### Task instructions
Of the records that follow, copy only the lines from the line containing "f 112 111 115" to the line containing "f 107 109 47", both included, exactly as written.

:: Records supplied

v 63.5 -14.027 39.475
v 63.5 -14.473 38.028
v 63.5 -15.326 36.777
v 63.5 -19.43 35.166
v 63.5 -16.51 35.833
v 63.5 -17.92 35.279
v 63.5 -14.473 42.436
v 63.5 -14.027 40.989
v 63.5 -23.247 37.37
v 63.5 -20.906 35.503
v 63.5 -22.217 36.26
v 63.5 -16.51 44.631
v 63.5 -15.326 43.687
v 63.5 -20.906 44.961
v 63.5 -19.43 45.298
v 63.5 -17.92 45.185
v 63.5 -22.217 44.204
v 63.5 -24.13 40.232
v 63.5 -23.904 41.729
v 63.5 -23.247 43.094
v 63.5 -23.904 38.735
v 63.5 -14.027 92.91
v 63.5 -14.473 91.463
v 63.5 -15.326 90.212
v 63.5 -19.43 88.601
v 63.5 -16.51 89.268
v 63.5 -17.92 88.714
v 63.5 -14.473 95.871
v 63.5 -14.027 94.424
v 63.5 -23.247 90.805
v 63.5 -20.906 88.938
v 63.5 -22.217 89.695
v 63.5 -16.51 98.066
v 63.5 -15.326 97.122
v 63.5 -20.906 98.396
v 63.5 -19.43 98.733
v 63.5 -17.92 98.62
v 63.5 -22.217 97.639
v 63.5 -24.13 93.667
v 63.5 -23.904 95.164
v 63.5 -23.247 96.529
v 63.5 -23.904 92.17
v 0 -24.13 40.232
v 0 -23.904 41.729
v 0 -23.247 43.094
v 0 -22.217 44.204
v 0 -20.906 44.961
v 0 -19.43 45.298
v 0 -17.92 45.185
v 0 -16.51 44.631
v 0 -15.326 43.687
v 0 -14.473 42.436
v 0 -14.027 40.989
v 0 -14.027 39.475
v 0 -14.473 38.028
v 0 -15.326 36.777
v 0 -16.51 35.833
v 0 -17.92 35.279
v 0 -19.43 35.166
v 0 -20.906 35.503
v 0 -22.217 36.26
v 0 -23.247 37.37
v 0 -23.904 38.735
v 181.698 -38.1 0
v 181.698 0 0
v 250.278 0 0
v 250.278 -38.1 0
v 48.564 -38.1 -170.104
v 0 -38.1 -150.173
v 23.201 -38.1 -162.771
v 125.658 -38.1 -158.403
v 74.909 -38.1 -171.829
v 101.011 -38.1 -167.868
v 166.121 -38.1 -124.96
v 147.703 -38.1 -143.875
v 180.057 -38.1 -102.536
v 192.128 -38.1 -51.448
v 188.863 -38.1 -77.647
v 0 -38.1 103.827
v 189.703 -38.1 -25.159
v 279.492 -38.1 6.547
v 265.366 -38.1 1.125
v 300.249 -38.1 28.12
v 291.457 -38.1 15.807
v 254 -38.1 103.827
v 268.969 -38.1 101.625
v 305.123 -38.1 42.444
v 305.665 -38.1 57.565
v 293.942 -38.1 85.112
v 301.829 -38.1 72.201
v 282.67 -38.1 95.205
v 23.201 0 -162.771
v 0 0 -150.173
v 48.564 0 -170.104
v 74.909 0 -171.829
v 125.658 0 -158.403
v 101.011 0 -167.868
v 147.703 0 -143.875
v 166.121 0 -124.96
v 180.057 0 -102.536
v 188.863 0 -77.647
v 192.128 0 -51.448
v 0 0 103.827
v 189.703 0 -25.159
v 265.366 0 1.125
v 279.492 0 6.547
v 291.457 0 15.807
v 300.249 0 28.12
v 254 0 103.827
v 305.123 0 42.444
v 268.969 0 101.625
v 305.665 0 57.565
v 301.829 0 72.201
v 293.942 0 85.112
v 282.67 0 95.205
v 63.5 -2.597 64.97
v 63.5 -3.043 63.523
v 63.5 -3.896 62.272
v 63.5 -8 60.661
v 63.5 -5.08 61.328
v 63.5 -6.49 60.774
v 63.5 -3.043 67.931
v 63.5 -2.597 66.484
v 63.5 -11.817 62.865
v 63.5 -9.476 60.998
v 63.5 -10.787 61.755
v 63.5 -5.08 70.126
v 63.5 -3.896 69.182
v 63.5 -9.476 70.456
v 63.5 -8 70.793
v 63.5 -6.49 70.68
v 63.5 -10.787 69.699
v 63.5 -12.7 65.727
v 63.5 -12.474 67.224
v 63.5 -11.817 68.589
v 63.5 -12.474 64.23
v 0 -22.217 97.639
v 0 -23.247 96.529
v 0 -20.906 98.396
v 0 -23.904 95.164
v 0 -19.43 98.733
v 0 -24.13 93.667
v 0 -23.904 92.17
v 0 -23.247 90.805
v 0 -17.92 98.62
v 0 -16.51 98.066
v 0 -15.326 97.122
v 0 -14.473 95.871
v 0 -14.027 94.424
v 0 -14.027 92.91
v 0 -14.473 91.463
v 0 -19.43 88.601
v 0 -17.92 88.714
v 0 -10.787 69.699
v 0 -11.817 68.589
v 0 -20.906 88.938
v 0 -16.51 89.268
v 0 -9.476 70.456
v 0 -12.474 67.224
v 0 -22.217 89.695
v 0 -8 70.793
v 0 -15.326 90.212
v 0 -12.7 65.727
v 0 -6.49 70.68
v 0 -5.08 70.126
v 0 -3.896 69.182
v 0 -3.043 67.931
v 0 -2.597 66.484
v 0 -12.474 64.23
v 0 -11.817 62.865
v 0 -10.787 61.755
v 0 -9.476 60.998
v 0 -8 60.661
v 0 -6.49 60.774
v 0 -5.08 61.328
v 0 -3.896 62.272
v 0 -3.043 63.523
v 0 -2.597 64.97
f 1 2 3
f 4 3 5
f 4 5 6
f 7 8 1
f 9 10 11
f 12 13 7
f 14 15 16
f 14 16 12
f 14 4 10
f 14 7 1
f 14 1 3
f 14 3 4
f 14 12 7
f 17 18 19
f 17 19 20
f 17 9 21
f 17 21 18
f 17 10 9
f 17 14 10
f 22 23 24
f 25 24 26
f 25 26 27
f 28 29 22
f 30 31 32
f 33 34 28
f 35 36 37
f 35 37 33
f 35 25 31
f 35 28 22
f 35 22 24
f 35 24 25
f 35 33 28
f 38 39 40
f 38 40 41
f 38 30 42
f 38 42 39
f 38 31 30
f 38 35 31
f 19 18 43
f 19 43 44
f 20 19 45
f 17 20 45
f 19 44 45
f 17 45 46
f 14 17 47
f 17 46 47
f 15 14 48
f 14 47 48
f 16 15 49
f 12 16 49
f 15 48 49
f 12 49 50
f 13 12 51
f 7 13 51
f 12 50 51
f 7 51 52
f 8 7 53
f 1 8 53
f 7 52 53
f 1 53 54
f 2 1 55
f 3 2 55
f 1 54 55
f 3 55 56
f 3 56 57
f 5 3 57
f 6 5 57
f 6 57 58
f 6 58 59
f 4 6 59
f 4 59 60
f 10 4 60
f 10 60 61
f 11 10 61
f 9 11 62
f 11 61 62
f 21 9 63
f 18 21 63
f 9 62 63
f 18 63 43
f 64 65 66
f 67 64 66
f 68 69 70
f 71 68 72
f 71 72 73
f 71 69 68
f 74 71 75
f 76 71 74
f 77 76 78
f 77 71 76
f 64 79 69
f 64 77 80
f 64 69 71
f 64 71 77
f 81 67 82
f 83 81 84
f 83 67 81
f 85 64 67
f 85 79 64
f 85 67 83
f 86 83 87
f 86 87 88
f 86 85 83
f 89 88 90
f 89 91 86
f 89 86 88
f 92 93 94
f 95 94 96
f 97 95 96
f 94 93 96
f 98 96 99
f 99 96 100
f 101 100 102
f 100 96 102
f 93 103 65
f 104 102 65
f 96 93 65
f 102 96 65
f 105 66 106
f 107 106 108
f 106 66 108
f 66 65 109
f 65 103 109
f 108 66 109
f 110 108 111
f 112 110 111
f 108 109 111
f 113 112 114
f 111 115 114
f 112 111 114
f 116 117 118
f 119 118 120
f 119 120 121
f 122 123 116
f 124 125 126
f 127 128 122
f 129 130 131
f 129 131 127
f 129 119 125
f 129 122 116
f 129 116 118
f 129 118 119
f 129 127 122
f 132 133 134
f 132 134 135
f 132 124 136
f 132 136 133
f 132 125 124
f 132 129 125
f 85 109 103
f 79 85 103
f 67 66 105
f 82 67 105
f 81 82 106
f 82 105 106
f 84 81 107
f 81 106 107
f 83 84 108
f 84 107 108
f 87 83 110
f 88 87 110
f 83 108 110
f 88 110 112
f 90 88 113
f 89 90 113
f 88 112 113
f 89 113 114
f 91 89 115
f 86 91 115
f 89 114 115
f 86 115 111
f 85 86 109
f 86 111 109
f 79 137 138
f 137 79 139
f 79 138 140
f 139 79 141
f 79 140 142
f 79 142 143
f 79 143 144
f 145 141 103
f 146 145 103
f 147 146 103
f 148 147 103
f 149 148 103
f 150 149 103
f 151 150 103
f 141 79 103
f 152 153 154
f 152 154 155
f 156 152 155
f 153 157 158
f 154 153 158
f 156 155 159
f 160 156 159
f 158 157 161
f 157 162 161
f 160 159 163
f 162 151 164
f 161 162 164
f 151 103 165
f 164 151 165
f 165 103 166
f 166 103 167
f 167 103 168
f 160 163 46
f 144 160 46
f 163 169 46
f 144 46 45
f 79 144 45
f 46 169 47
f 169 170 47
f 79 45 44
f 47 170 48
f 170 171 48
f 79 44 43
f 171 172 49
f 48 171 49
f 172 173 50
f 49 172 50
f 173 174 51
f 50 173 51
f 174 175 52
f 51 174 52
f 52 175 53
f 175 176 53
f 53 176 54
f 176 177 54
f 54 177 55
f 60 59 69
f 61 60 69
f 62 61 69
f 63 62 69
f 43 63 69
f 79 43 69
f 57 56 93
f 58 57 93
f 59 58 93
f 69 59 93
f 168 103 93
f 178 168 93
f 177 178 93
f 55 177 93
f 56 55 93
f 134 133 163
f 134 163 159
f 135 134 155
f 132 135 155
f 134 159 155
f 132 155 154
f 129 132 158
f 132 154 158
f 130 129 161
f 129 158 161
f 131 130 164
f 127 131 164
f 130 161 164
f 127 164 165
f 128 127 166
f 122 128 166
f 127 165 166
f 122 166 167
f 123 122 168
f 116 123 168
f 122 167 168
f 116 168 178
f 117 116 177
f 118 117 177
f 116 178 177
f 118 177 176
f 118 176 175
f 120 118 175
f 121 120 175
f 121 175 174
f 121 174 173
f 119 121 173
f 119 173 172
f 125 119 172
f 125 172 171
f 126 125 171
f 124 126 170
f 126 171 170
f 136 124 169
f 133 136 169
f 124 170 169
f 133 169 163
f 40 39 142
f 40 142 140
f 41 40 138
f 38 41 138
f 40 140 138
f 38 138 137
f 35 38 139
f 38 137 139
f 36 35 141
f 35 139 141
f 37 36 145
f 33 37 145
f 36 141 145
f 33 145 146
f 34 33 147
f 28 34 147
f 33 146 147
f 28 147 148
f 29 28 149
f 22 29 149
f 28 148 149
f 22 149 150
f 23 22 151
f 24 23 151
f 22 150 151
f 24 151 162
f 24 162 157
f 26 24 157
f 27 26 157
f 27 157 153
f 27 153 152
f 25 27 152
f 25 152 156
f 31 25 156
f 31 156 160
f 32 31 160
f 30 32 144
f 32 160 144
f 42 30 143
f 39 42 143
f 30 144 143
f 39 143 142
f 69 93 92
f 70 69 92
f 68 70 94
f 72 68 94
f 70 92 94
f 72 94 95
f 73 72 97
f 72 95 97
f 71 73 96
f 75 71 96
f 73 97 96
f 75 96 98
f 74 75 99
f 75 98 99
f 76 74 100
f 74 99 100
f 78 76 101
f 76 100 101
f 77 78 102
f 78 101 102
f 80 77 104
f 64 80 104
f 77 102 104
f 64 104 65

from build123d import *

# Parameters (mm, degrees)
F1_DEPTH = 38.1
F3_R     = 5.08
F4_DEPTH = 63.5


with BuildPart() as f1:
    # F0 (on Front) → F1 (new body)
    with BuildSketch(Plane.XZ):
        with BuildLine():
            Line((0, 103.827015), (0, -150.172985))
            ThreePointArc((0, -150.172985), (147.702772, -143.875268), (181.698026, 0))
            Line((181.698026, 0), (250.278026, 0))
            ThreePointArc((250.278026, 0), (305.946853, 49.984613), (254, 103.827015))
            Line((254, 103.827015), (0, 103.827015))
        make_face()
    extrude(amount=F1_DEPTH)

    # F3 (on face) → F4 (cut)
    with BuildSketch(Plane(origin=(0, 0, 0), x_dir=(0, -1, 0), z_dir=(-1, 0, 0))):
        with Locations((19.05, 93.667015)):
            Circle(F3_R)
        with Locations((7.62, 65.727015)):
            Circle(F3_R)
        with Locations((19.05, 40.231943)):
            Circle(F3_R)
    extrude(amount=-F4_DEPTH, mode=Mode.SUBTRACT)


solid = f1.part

::::
:: Records supplied

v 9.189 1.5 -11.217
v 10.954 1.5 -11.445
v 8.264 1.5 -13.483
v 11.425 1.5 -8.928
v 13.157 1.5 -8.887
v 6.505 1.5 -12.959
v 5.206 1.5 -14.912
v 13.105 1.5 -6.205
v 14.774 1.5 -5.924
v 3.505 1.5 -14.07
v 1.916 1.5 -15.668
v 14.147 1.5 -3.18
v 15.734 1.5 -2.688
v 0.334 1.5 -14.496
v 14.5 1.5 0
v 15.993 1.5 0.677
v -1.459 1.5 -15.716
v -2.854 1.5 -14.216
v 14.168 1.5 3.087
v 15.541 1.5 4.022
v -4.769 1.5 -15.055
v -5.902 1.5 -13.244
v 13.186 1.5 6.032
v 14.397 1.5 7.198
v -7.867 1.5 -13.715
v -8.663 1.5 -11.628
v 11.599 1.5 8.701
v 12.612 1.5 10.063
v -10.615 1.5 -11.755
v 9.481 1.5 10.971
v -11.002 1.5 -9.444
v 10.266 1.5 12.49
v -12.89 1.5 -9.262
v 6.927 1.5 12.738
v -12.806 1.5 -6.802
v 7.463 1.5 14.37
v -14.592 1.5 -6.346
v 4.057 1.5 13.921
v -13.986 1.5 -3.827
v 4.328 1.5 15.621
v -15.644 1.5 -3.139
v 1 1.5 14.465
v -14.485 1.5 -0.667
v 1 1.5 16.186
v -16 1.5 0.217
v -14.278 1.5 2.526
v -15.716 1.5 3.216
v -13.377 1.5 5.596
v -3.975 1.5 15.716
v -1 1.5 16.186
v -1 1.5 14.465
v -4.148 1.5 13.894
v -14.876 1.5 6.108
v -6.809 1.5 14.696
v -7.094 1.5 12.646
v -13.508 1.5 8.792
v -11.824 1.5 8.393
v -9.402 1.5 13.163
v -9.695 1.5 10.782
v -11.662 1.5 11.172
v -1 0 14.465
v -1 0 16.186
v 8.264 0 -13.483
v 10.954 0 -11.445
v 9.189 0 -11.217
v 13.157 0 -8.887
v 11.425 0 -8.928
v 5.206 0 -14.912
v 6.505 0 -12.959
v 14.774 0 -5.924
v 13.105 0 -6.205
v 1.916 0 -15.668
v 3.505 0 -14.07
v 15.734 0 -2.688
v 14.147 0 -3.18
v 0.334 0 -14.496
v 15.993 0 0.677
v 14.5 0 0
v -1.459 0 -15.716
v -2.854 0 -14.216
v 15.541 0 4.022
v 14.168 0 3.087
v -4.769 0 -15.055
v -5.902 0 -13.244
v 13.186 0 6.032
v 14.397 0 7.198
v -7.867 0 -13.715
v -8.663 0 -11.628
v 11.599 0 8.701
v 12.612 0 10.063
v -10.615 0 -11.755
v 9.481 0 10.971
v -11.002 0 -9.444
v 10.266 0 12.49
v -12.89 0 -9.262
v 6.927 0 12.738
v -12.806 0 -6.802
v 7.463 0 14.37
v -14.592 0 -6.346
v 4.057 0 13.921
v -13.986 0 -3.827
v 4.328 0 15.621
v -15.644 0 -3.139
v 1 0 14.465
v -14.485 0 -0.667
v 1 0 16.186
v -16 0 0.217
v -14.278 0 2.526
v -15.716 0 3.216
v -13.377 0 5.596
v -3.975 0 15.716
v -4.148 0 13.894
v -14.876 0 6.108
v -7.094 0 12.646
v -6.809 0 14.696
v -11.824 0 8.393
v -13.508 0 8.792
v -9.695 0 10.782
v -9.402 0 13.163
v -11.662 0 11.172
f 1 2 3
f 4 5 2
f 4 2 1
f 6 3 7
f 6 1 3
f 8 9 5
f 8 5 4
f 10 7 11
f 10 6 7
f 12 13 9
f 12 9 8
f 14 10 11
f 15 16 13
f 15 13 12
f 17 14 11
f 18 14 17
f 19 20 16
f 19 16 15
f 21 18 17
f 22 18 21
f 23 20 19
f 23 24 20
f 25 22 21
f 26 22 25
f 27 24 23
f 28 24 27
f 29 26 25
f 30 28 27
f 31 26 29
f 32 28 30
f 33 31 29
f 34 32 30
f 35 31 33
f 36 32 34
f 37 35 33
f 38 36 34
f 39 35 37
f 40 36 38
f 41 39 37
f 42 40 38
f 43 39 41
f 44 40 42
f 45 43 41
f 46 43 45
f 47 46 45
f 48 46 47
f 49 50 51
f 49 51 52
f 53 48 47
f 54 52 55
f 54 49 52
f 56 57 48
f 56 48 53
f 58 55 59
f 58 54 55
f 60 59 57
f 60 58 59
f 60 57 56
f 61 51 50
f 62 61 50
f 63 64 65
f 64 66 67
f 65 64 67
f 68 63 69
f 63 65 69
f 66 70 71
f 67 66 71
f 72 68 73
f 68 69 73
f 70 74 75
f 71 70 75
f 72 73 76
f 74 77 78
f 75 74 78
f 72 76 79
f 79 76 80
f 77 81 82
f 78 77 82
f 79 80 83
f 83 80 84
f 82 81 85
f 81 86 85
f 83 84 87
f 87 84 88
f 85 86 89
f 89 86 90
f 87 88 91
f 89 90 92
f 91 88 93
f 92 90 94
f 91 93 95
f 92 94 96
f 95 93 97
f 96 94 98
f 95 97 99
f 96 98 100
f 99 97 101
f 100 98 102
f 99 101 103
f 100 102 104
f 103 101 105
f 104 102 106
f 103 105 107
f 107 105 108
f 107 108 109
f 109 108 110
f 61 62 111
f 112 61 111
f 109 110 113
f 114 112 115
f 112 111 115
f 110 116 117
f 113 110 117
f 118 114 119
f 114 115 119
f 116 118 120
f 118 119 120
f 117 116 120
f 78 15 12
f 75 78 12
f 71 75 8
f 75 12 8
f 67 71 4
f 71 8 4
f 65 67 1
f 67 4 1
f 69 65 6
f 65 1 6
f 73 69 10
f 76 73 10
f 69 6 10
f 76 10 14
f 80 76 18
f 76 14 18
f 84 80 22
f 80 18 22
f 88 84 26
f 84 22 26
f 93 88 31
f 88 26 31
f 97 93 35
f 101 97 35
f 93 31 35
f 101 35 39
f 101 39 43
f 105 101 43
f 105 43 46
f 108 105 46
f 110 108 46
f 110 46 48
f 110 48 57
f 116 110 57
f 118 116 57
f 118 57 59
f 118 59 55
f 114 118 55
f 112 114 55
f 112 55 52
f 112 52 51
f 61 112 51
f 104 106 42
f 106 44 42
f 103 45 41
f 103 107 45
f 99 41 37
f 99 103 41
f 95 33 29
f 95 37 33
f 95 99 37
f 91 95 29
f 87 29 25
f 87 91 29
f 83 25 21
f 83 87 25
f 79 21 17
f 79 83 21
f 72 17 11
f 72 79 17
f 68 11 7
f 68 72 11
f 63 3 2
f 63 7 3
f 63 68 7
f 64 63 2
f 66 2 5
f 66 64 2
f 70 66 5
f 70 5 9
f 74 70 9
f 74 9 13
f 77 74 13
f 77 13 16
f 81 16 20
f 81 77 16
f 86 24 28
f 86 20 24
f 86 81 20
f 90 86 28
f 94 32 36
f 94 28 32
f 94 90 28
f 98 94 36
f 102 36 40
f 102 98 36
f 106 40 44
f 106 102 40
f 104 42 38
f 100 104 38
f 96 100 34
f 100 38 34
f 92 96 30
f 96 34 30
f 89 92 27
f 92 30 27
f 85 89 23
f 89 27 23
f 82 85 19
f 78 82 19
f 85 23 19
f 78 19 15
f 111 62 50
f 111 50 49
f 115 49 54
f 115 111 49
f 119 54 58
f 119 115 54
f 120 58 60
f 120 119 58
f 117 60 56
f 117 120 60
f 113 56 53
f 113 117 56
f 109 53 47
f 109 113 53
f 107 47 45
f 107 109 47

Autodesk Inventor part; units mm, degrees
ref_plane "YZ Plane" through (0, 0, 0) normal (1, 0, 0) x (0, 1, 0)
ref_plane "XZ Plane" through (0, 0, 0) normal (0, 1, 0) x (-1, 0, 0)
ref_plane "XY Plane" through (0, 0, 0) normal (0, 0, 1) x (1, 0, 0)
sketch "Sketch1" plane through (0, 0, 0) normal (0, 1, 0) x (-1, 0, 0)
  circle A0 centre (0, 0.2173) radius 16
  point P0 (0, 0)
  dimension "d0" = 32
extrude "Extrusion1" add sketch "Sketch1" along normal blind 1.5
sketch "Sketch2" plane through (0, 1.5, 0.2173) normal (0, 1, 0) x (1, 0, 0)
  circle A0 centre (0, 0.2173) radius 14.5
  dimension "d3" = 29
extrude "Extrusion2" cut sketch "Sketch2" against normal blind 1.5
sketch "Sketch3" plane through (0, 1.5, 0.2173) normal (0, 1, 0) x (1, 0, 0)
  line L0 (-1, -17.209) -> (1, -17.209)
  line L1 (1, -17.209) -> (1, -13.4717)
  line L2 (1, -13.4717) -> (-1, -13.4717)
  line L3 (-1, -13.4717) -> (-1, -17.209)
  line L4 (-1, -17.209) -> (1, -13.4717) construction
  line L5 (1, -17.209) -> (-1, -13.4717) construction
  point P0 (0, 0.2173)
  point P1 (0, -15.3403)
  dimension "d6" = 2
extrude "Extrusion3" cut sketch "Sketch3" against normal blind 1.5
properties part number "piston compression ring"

::::
:: Records supplied

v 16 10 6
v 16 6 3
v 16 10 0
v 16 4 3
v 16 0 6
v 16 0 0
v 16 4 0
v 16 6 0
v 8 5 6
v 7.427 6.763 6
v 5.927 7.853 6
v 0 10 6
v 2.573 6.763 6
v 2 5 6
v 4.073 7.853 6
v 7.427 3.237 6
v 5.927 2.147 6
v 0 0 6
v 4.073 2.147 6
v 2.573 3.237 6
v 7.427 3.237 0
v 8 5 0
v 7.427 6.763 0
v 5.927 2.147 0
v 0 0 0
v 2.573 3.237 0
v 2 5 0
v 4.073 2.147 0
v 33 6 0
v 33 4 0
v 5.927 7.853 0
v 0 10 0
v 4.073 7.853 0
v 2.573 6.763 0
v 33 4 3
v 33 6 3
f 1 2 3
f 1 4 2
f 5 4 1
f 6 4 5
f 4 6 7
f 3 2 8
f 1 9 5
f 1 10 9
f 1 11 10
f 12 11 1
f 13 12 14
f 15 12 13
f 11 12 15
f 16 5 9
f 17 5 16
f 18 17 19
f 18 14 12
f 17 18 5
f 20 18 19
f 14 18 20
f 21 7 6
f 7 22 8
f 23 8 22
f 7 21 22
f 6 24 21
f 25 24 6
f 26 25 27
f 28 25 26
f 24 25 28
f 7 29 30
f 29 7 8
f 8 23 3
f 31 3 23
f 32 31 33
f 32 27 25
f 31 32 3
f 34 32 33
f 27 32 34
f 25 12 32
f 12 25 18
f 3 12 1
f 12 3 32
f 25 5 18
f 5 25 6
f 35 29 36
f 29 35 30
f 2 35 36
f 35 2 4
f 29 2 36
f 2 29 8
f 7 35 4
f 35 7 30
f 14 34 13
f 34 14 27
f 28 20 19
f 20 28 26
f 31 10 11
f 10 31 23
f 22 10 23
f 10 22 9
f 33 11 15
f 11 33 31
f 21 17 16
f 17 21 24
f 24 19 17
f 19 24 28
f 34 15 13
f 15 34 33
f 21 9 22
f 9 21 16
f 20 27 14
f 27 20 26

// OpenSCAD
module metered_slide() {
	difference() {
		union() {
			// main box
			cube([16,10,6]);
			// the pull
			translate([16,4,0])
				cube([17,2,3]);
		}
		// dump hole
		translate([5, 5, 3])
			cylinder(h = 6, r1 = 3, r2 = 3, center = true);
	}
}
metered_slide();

::::

### Answer to this problem
f 112 111 115
f 110 116 117
f 113 110 117
f 118 114 119
f 114 115 119
f 116 118 120
f 118 119 120
f 117 116 120
f 78 15 12
f 75 78 12
f 71 75 8
f 75 12 8
f 67 71 4
f 71 8 4
f 65 67 1
f 67 4 1
f 69 65 6
f 65 1 6
f 73 69 10
f 76 73 10
f 69 6 10
f 76 10 14
f 80 76 18
f 76 14 18
f 84 80 22
f 80 18 22
f 88 84 26
f 84 22 26
f 93 88 31
f 88 26 31
f 97 93 35
f 101 97 35
f 93 31 35
f 101 35 39
f 101 39 43
f 105 101 43
f 105 43 46
f 108 105 46
f 110 108 46
f 110 46 48
f 110 48 57
f 116 110 57
f 118 116 57
f 118 57 59
f 118 59 55
f 114 118 55
f 112 114 55
f 112 55 52
f 112 52 51
f 61 112 51
f 104 106 42
f 106 44 42
f 103 45 41
f 103 107 45
f 99 41 37
f 99 103 41
f 95 33 29
f 95 37 33
f 95 99 37
f 91 95 29
f 87 29 25
f 87 91 29
f 83 25 21
f 83 87 25
f 79 21 17
f 79 83 21
f 72 17 11
f 72 79 17
f 68 11 7
f 68 72 11
f 63 3 2
f 63 7 3
f 63 68 7
f 64 63 2
f 66 2 5
f 66 64 2
f 70 66 5
f 70 5 9
f 74 70 9
f 74 9 13
f 77 74 13
f 77 13 16
f 81 16 20
f 81 77 16
f 86 24 28
f 86 20 24
f 86 81 20
f 90 86 28
f 94 32 36
f 94 28 32
f 94 90 28
f 98 94 36
f 102 36 40
f 102 98 36
f 106 40 44
f 106 102 40
f 104 42 38
f 100 104 38
f 96 100 34
f 100 38 34
f 92 96 30
f 96 34 30
f 89 92 27
f 92 30 27
f 85 89 23
f 89 27 23
f 82 85 19
f 78 82 19
f 85 23 19
f 78 19 15
f 111 62 50
f 111 50 49
f 115 49 54
f 115 111 49
f 119 54 58
f 119 115 54
f 120 58 60
f 120 119 58
f 117 60 56
f 117 120 60
f 113 56 53
f 113 117 56
f 109 53 47
f 109 113 53
f 107 47 45
f 107 109 47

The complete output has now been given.